--- START ---
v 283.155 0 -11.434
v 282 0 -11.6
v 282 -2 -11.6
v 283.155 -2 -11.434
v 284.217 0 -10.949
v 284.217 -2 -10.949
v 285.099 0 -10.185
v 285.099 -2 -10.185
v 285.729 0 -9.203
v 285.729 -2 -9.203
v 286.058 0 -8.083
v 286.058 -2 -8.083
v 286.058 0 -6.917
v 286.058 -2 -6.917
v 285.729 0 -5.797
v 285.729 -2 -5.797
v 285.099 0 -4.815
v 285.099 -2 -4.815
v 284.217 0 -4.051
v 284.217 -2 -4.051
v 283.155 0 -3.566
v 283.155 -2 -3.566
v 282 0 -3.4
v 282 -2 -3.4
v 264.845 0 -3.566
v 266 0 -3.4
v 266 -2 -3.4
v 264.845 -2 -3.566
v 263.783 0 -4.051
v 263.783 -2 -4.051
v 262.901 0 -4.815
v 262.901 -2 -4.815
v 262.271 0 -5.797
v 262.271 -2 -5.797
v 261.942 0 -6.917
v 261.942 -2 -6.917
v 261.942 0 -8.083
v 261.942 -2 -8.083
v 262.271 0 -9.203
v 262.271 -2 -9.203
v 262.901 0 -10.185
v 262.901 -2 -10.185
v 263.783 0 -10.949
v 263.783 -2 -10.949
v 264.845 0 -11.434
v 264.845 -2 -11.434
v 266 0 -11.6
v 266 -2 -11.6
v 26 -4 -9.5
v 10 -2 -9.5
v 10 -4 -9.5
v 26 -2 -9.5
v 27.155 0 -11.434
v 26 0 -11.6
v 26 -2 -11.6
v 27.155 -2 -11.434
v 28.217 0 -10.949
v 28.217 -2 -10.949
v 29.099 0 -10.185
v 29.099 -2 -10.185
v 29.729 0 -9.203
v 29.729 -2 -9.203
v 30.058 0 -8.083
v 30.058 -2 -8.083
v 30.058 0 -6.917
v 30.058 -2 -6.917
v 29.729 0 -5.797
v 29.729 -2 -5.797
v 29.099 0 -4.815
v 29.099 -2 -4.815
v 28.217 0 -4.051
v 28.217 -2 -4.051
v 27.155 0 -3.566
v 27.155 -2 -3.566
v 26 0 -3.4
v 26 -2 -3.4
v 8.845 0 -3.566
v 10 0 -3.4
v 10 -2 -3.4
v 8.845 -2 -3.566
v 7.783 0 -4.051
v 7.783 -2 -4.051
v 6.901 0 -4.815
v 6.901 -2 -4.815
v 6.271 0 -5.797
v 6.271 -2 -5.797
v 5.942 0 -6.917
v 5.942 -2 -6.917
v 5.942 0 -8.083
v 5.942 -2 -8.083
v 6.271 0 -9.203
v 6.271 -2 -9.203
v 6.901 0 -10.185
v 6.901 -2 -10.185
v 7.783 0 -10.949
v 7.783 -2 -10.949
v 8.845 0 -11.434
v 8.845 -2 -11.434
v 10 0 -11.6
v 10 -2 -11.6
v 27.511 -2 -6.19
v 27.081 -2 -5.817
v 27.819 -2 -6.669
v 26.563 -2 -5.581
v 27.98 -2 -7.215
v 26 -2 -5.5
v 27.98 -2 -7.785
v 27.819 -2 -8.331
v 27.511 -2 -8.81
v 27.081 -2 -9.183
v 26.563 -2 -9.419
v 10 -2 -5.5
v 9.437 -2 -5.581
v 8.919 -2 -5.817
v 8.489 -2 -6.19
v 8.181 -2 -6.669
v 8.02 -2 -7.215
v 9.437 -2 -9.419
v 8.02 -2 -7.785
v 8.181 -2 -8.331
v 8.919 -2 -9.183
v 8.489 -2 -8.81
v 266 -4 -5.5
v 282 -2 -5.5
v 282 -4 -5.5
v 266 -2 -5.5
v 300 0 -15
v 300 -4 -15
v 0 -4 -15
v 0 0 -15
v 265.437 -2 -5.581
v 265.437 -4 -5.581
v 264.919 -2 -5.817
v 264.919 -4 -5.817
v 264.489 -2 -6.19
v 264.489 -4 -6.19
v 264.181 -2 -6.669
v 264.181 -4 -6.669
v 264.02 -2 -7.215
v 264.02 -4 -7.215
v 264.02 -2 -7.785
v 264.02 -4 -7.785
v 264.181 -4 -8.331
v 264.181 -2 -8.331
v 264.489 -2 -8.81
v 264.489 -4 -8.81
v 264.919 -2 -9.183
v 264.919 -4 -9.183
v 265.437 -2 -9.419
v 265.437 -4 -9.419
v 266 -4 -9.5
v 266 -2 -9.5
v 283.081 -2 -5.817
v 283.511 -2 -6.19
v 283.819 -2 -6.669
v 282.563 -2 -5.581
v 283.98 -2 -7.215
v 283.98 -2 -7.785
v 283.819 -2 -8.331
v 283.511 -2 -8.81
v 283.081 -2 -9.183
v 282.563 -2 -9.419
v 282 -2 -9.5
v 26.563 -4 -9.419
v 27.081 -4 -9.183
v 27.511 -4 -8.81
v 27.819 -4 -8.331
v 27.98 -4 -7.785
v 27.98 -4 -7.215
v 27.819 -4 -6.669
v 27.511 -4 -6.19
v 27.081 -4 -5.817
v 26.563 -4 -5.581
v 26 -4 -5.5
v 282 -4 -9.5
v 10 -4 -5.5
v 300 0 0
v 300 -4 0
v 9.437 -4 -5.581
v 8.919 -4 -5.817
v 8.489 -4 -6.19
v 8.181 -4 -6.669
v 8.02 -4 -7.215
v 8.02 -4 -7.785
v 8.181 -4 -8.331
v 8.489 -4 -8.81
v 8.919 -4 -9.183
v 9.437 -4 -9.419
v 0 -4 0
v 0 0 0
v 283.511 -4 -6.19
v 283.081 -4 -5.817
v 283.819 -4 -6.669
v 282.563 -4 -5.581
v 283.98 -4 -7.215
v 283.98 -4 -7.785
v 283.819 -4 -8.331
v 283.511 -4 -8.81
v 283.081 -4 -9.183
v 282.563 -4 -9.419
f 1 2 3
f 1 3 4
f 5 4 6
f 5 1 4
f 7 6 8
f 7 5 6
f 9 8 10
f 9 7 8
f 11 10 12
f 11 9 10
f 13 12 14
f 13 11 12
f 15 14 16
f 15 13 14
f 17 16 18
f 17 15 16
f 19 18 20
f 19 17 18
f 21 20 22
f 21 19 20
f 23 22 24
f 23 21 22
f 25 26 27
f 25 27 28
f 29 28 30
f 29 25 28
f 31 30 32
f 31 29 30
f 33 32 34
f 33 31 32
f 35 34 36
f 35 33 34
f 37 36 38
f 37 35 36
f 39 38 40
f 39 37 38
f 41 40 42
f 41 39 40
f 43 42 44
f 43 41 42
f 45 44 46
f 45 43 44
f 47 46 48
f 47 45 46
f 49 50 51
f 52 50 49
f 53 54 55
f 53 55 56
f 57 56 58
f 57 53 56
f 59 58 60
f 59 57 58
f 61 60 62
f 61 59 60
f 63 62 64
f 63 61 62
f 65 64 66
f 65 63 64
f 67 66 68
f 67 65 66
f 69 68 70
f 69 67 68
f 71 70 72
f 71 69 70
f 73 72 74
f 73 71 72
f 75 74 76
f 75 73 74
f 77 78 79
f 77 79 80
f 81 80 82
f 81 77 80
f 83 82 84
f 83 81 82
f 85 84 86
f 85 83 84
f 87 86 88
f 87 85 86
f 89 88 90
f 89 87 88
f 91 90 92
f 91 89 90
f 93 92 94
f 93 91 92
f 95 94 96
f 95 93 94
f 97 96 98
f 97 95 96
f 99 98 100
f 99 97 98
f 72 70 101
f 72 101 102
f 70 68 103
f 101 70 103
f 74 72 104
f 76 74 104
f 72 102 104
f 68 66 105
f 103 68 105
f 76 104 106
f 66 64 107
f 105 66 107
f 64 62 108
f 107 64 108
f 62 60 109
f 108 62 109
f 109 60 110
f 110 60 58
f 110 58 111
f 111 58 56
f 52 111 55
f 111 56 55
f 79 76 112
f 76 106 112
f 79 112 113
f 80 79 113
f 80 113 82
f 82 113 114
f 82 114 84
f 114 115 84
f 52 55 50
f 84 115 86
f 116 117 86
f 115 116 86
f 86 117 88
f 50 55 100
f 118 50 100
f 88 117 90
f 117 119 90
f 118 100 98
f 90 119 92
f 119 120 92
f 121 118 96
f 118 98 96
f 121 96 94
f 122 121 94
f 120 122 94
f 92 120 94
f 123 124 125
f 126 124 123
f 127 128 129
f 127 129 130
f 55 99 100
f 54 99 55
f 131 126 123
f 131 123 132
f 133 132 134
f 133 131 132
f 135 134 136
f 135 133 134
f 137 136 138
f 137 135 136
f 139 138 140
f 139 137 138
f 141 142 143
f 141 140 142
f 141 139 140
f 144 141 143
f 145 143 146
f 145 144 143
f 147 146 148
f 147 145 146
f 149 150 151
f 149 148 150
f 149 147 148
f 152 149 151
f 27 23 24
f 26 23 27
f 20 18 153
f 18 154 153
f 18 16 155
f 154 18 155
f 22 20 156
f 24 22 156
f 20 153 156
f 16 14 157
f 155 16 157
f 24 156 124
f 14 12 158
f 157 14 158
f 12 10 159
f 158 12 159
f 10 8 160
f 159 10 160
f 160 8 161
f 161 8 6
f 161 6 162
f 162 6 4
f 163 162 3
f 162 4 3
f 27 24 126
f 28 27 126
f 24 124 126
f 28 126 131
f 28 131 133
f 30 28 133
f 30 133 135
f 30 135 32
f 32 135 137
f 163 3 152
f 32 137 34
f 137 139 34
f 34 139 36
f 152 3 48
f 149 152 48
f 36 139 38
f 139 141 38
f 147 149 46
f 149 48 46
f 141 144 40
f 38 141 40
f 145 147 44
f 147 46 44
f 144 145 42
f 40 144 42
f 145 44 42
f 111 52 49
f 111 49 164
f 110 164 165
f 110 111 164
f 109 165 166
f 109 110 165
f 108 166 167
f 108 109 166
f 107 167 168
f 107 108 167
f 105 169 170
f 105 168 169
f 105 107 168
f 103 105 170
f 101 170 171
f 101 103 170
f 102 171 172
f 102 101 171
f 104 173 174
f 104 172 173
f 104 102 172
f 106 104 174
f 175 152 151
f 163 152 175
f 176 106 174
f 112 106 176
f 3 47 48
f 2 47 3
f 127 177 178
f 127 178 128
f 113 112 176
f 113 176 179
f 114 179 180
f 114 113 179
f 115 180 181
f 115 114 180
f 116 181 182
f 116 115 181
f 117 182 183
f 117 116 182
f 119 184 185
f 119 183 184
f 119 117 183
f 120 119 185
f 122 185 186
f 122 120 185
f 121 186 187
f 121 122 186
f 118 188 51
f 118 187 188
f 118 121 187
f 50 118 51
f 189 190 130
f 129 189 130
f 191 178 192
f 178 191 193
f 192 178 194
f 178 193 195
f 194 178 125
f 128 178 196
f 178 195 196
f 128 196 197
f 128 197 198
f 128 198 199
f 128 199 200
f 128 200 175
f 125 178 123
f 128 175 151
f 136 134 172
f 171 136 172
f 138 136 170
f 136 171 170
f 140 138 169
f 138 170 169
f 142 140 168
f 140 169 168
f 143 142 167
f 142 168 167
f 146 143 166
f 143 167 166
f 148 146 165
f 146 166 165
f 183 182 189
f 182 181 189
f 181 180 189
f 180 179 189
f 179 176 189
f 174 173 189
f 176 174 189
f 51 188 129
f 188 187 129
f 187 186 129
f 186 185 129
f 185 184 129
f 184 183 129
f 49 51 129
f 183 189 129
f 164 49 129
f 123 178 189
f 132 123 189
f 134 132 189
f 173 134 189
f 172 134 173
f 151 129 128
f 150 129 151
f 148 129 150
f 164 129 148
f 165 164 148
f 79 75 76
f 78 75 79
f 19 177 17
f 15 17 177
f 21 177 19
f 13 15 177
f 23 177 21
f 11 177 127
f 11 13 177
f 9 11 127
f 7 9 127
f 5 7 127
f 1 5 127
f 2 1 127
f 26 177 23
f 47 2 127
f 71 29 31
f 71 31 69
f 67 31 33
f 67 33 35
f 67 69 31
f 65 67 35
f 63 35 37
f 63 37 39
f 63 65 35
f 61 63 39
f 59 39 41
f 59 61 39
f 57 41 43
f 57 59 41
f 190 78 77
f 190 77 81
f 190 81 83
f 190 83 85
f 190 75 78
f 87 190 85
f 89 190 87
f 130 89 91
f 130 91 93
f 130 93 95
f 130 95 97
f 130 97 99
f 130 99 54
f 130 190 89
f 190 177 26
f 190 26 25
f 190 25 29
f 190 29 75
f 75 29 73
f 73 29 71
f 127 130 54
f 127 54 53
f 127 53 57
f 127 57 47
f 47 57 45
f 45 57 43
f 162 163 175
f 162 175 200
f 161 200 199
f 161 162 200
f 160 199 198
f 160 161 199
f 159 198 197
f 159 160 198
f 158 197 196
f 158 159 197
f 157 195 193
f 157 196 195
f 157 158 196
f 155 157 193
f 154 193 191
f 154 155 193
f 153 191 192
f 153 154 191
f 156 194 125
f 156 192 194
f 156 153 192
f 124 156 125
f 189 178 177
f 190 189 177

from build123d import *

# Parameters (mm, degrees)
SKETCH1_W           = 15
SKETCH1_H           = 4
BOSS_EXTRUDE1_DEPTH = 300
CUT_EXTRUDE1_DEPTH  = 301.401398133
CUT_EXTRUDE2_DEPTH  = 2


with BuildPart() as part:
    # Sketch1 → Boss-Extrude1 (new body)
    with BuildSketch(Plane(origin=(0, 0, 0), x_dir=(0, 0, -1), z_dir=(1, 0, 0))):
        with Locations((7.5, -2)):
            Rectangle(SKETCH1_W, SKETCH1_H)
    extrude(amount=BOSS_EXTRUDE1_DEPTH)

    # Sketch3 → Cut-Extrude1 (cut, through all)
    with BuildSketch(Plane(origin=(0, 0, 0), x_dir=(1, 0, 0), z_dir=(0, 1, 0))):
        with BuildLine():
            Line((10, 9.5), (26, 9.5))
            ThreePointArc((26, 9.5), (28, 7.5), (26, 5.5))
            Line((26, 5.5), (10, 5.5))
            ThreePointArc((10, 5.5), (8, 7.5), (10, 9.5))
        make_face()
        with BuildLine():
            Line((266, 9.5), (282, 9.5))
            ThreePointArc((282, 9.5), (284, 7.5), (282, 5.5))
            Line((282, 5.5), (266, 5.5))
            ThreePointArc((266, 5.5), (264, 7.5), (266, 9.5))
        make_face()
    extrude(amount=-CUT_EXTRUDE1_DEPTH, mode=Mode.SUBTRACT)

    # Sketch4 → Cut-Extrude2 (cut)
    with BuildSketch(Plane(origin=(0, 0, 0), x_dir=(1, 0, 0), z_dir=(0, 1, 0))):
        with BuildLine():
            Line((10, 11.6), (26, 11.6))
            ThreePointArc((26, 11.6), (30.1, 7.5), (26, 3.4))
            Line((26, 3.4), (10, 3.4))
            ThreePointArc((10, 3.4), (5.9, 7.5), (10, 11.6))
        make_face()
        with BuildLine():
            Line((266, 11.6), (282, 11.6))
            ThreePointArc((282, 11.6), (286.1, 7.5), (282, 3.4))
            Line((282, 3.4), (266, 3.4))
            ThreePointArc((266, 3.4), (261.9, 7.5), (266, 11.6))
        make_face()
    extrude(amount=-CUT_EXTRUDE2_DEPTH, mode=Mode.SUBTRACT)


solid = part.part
--- END ---
Take exactly the lines from the one containing "f 108 109 166" through the one containing "f 122 185 186" in the data above, and output them with nothing added.

f 108 109 166
f 107 167 168
f 107 108 167
f 105 169 170
f 105 168 169
f 105 107 168
f 103 105 170
f 101 170 171
f 101 103 170
f 102 171 172
f 102 101 171
f 104 173 174
f 104 172 173
f 104 102 172
f 106 104 174
f 175 152 151
f 163 152 175
f 176 106 174
f 112 106 176
f 3 47 48
f 2 47 3
f 127 177 178
f 127 178 128
f 113 112 176
f 113 176 179
f 114 179 180
f 114 113 179
f 115 180 181
f 115 114 180
f 116 181 182
f 116 115 181
f 117 182 183
f 117 116 182
f 119 184 185
f 119 183 184
f 119 117 183
f 120 119 185
f 122 185 186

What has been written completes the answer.